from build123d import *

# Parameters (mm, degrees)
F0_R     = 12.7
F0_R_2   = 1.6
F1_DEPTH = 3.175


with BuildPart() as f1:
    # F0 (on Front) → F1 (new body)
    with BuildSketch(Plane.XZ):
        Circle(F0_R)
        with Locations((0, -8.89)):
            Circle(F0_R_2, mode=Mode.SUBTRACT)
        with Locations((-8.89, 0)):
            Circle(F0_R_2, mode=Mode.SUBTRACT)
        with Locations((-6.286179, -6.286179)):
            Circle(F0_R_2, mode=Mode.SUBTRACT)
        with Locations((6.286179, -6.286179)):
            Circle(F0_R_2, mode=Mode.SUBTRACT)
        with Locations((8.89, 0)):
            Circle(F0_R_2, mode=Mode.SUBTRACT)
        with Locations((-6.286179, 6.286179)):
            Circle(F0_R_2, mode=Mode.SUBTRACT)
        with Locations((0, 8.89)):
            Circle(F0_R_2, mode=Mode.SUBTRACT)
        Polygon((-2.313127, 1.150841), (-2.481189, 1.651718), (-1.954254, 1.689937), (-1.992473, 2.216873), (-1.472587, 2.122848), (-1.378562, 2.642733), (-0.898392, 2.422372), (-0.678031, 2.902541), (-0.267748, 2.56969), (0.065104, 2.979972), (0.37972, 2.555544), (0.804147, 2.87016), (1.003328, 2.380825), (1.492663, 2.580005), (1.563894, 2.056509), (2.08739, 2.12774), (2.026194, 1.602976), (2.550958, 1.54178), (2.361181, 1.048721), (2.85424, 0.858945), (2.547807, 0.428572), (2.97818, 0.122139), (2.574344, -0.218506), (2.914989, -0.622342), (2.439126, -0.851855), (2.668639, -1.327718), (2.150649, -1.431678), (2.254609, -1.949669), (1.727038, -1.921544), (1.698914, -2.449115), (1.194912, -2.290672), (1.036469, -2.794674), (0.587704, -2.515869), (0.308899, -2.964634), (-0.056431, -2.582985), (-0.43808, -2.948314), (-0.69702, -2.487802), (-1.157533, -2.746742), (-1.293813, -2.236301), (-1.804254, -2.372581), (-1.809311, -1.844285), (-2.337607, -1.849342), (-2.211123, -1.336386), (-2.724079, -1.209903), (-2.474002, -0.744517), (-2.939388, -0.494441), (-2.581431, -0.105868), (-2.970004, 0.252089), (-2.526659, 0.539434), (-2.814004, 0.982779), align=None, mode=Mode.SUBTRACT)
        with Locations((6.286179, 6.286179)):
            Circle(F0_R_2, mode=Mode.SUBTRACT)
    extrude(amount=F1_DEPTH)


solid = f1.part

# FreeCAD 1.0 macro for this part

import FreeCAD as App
import Part
import Sketcher
Q = App.Units.Quantity

doc = App.newDocument("Part")
body = doc.addObject("PartDesign::Body", "Body")

sketch1 = body.newObject("Sketcher::SketchObject", "Sketch")
sketch1.AttachmentSupport = (doc.getObject("XZ_Plane"), [""])
sketch1.MapMode = "FlatFace"
sketch1.addGeometry(Part.Circle(App.Vector(0, 0, 0), App.Vector(0, 0, 1), 12.7), False)
sketch1.addGeometry(Part.Circle(App.Vector(-6.3, -6.3, 0), App.Vector(0, 0, 1), 1.6), False)
sketch1.addGeometry(Part.Circle(App.Vector(0, -8.9, 0), App.Vector(0, 0, 1), 1.6), False)
sketch1.addGeometry(Part.Circle(App.Vector(6.3, -6.3, 0), App.Vector(0, 0, 1), 1.6), False)
sketch1.addGeometry(Part.Circle(App.Vector(-8.9, 0, 0), App.Vector(0, 0, 1), 1.6), False)
sketch1.addGeometry(Part.Circle(App.Vector(-6.3, 6.3, 0), App.Vector(0, 0, 1), 1.6), False)
sketch1.addGeometry(Part.LineSegment(App.Vector(-2.8, 1, 0), App.Vector(-2.3, 1.2, 0)), False)
sketch1.addGeometry(Part.LineSegment(App.Vector(-2.3, 1.2, 0), App.Vector(-2.5, 1.7, 0)), False)
sketch1.addGeometry(Part.LineSegment(App.Vector(-2.5, 1.7, 0), App.Vector(-2, 1.7, 0)), False)
sketch1.addGeometry(Part.LineSegment(App.Vector(-2, 1.7, 0), App.Vector(-2, 2.2, 0)), False)
sketch1.addGeometry(Part.LineSegment(App.Vector(-2, 2.2, 0), App.Vector(-1.5, 2.1, 0)), False)
sketch1.addGeometry(Part.LineSegment(App.Vector(-1.5, 2.1, 0), App.Vector(-1.4, 2.6, 0)), False)
sketch1.addGeometry(Part.LineSegment(App.Vector(-1.4, 2.6, 0), App.Vector(-0.9, 2.4, 0)), False)
sketch1.addGeometry(Part.LineSegment(App.Vector(-0.9, 2.4, 0), App.Vector(-0.7, 2.9, 0)), False)
sketch1.addGeometry(Part.LineSegment(App.Vector(-0.7, 2.9, 0), App.Vector(-0.3, 2.6, 0)), False)
sketch1.addGeometry(Part.LineSegment(App.Vector(-0.3, 2.6, 0), App.Vector(0.1, 3, 0)), False)
sketch1.addGeometry(Part.LineSegment(App.Vector(0.1, 3, 0), App.Vector(0.4, 2.6, 0)), False)
sketch1.addGeometry(Part.LineSegment(App.Vector(0.4, 2.6, 0), App.Vector(0.8, 2.9, 0)), False)
sketch1.addGeometry(Part.LineSegment(App.Vector(0.8, 2.9, 0), App.Vector(1, 2.4, 0)), False)
sketch1.addGeometry(Part.LineSegment(App.Vector(1, 2.4, 0), App.Vector(1.5, 2.6, 0)), False)
sketch1.addGeometry(Part.LineSegment(App.Vector(1.5, 2.6, 0), App.Vector(1.6, 2.1, 0)), False)
sketch1.addGeometry(Part.LineSegment(App.Vector(1.6, 2.1, 0), App.Vector(2.1, 2.1, 0)), False)
sketch1.addGeometry(Part.LineSegment(App.Vector(2.1, 2.1, 0), App.Vector(2, 1.6, 0)), False)
sketch1.addGeometry(Part.LineSegment(App.Vector(2, 1.6, 0), App.Vector(2.6, 1.5, 0)), False)
sketch1.addGeometry(Part.LineSegment(App.Vector(2.6, 1.5, 0), App.Vector(2.4, 1, 0)), False)
sketch1.addGeometry(Part.LineSegment(App.Vector(2.4, 1, 0), App.Vector(2.9, 0.9, 0)), False)
sketch1.addGeometry(Part.LineSegment(App.Vector(2.9, 0.9, 0), App.Vector(2.5, 0.4, 0)), False)
sketch1.addGeometry(Part.LineSegment(App.Vector(2.5, 0.4, 0), App.Vector(3, 0.1, 0)), False)
sketch1.addGeometry(Part.LineSegment(App.Vector(3, 0.1, 0), App.Vector(2.6, -0.2, 0)), False)
sketch1.addGeometry(Part.LineSegment(App.Vector(2.6, -0.2, 0), App.Vector(2.9, -0.6, 0)), False)
sketch1.addGeometry(Part.LineSegment(App.Vector(2.9, -0.6, 0), App.Vector(2.4, -0.9, 0)), False)
sketch1.addGeometry(Part.LineSegment(App.Vector(2.4, -0.9, 0), App.Vector(2.7, -1.3, 0)), False)
sketch1.addGeometry(Part.LineSegment(App.Vector(2.7, -1.3, 0), App.Vector(2.2, -1.4, 0)), False)
sketch1.addGeometry(Part.LineSegment(App.Vector(2.2, -1.4, 0), App.Vector(2.3, -1.9, 0)), False)
sketch1.addGeometry(Part.LineSegment(App.Vector(2.3, -1.9, 0), App.Vector(1.7, -1.9, 0)), False)
sketch1.addGeometry(Part.LineSegment(App.Vector(1.7, -1.9, 0), App.Vector(1.7, -2.4, 0)), False)
sketch1.addGeometry(Part.LineSegment(App.Vector(1.7, -2.4, 0), App.Vector(1.2, -2.3, 0)), False)
sketch1.addGeometry(Part.LineSegment(App.Vector(1.2, -2.3, 0), App.Vector(1, -2.8, 0)), False)
sketch1.addGeometry(Part.LineSegment(App.Vector(1, -2.8, 0), App.Vector(0.6, -2.5, 0)), False)
sketch1.addGeometry(Part.LineSegment(App.Vector(0.6, -2.5, 0), App.Vector(0.3, -3, 0)), False)
sketch1.addGeometry(Part.LineSegment(App.Vector(0.3, -3, 0), App.Vector(-0.1, -2.6, 0)), False)
sketch1.addGeometry(Part.LineSegment(App.Vector(-0.1, -2.6, 0), App.Vector(-0.4, -2.9, 0)), False)
sketch1.addGeometry(Part.LineSegment(App.Vector(-0.4, -2.9, 0), App.Vector(-0.7, -2.5, 0)), False)
sketch1.addGeometry(Part.LineSegment(App.Vector(-0.7, -2.5, 0), App.Vector(-1.2, -2.7, 0)), False)
sketch1.addGeometry(Part.LineSegment(App.Vector(-1.2, -2.7, 0), App.Vector(-1.3, -2.2, 0)), False)
sketch1.addGeometry(Part.LineSegment(App.Vector(-1.3, -2.2, 0), App.Vector(-1.8, -2.4, 0)), False)
sketch1.addGeometry(Part.LineSegment(App.Vector(-1.8, -2.4, 0), App.Vector(-1.8, -1.8, 0)), False)
sketch1.addGeometry(Part.LineSegment(App.Vector(-1.8, -1.8, 0), App.Vector(-2.3, -1.8, 0)), False)
sketch1.addGeometry(Part.LineSegment(App.Vector(-2.3, -1.8, 0), App.Vector(-2.2, -1.3, 0)), False)
sketch1.addGeometry(Part.LineSegment(App.Vector(-2.2, -1.3, 0), App.Vector(-2.7, -1.2, 0)), False)
sketch1.addGeometry(Part.LineSegment(App.Vector(-2.7, -1.2, 0), App.Vector(-2.5, -0.7, 0)), False)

++++++

§ **Assignment**
Your answer should be the lines of the material above that include "with".

§ **Your solution**
with BuildPart() as f1:
    with BuildSketch(Plane.XZ):
        with Locations((0, -8.89)):
        with Locations((-8.89, 0)):
        with Locations((-6.286179, -6.286179)):
        with Locations((6.286179, -6.286179)):
        with Locations((8.89, 0)):
        with Locations((-6.286179, 6.286179)):
        with Locations((0, 8.89)):
        with Locations((6.286179, 6.286179)):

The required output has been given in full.